Stored data -
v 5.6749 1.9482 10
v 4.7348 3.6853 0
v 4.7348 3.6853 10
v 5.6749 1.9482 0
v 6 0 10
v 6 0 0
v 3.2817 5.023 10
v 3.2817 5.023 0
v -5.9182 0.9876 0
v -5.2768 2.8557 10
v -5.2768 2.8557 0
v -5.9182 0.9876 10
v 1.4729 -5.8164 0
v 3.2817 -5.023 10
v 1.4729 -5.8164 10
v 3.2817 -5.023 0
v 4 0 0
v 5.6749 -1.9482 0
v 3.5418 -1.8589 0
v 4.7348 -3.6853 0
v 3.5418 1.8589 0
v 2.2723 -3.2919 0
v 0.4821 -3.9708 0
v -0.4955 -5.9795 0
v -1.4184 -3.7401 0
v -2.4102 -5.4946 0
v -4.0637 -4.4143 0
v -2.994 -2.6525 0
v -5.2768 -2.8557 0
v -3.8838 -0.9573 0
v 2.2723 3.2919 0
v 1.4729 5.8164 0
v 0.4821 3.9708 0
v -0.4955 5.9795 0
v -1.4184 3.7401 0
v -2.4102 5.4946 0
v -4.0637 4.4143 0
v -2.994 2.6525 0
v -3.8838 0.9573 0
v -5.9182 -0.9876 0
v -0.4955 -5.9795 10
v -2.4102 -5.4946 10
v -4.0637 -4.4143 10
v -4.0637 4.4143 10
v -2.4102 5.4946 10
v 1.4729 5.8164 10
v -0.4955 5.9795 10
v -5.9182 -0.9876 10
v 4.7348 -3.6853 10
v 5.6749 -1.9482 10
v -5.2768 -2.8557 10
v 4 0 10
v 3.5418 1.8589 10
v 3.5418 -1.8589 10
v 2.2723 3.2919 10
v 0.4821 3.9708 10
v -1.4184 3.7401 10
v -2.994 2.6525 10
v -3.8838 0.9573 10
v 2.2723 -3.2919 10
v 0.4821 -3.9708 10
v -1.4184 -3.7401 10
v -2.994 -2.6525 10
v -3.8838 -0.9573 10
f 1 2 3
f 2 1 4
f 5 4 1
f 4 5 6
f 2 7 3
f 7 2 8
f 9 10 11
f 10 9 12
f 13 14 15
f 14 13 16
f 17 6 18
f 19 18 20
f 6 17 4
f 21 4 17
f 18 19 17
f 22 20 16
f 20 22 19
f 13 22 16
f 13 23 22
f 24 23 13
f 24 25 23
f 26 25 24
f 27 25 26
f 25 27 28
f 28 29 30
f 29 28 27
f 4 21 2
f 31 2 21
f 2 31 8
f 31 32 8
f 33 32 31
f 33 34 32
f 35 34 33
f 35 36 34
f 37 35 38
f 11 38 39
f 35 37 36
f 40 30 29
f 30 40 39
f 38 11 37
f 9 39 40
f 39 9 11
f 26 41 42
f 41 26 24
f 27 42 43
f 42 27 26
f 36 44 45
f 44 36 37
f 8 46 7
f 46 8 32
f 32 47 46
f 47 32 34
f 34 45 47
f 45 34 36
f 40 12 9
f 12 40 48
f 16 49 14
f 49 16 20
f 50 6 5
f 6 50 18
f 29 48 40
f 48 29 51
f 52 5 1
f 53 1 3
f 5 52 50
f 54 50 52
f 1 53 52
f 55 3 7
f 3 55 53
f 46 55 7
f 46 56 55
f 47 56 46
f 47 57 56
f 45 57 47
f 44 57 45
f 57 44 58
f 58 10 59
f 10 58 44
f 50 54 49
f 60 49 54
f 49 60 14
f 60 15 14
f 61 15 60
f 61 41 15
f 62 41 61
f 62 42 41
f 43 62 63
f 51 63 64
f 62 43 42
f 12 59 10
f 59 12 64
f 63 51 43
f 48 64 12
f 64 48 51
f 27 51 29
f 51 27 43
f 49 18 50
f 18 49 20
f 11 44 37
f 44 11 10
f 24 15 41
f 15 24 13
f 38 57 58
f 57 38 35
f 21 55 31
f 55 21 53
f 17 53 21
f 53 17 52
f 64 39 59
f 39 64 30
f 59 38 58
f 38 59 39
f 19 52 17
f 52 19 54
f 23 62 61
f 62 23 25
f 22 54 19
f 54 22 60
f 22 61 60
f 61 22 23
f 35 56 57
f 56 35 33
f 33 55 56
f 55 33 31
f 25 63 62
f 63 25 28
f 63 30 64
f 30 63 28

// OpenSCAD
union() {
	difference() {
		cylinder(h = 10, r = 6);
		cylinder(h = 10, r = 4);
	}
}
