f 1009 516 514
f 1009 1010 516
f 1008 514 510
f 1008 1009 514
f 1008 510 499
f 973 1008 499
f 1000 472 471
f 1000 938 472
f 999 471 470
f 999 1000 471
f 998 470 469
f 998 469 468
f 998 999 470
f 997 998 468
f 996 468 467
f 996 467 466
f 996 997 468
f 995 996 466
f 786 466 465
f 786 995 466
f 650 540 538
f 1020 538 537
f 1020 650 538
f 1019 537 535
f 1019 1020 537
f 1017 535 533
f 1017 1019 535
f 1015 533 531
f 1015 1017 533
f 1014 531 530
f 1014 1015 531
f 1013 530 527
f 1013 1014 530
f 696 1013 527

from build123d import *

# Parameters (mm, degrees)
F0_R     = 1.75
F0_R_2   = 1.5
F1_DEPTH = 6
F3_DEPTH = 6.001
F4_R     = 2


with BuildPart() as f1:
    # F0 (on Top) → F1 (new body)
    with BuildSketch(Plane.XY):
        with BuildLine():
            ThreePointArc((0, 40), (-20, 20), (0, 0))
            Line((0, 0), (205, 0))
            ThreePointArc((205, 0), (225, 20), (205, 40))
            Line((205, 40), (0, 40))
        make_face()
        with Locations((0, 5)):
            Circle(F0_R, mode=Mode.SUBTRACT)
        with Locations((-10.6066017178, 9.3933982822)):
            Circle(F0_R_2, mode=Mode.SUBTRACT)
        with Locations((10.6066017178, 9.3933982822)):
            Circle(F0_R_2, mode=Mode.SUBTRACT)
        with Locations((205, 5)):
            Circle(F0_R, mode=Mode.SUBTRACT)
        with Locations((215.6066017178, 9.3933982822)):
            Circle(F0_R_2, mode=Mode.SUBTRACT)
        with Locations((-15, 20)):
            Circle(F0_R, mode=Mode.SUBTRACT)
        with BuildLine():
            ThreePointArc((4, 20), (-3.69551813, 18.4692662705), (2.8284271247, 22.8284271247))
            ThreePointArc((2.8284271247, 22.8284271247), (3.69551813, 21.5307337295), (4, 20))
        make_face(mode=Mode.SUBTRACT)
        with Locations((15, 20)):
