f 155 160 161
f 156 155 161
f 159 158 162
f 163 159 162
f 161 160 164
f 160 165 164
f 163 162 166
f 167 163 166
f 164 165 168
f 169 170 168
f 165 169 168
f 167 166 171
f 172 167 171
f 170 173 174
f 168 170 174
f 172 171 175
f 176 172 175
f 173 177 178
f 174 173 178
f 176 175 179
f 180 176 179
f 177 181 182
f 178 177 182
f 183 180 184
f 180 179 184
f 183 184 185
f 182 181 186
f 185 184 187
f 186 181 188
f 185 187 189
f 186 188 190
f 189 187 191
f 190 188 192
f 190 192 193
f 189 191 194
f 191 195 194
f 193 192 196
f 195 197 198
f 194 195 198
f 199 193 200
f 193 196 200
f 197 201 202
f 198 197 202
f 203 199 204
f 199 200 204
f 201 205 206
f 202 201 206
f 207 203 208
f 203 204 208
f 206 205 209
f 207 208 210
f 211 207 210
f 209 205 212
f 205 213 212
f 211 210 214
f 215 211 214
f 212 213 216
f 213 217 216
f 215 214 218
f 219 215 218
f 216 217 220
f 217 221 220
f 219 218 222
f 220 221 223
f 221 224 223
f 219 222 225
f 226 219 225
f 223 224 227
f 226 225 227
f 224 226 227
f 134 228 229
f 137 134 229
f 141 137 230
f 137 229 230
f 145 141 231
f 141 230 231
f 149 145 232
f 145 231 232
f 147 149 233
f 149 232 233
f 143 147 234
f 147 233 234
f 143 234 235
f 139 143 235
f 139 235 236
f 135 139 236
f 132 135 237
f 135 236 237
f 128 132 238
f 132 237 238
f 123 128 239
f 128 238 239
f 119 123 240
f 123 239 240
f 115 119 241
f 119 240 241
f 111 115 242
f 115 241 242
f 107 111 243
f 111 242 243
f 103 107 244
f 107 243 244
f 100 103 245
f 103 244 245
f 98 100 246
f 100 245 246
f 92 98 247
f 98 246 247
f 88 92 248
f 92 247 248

What is needed - Nothing before the line containing "f 163 159 162" should be repeated; repeat that line and all later lines through the end of the data above, exactly.

Exercise output -
f 163 159 162
f 161 160 164
f 160 165 164
f 163 162 166
f 167 163 166
f 164 165 168
f 169 170 168
f 165 169 168
f 167 166 171
f 172 167 171
f 170 173 174
f 168 170 174
f 172 171 175
f 176 172 175
f 173 177 178
f 174 173 178
f 176 175 179
f 180 176 179
f 177 181 182
f 178 177 182
f 183 180 184
f 180 179 184
f 183 184 185
f 182 181 186
f 185 184 187
f 186 181 188
f 185 187 189
f 186 188 190
f 189 187 191
f 190 188 192
f 190 192 193
f 189 191 194
f 191 195 194
f 193 192 196
f 195 197 198
f 194 195 198
f 199 193 200
f 193 196 200
f 197 201 202
f 198 197 202
f 203 199 204
f 199 200 204
f 201 205 206
f 202 201 206
f 207 203 208
f 203 204 208
f 206 205 209
f 207 208 210
f 211 207 210
f 209 205 212
f 205 213 212
f 211 210 214
f 215 211 214
f 212 213 216
f 213 217 216
f 215 214 218
f 219 215 218
f 216 217 220
f 217 221 220
f 219 218 222
f 220 221 223
f 221 224 223
f 219 222 225
f 226 219 225
f 223 224 227
f 226 225 227
f 224 226 227
f 134 228 229
f 137 134 229
f 141 137 230
f 137 229 230
f 145 141 231
f 141 230 231
f 149 145 232
f 145 231 232
f 147 149 233
f 149 232 233
f 143 147 234
f 147 233 234
f 143 234 235
f 139 143 235
f 139 235 236
f 135 139 236
f 132 135 237
f 135 236 237
f 128 132 238
f 132 237 238
f 123 128 239
f 128 238 239
f 119 123 240
f 123 239 240
f 115 119 241
f 119 240 241
f 111 115 242
f 115 241 242
f 107 111 243
f 111 242 243
f 103 107 244
f 107 243 244
f 100 103 245
f 103 244 245
f 98 100 246
f 100 245 246
f 92 98 247
f 98 246 247
f 88 92 248
f 92 247 248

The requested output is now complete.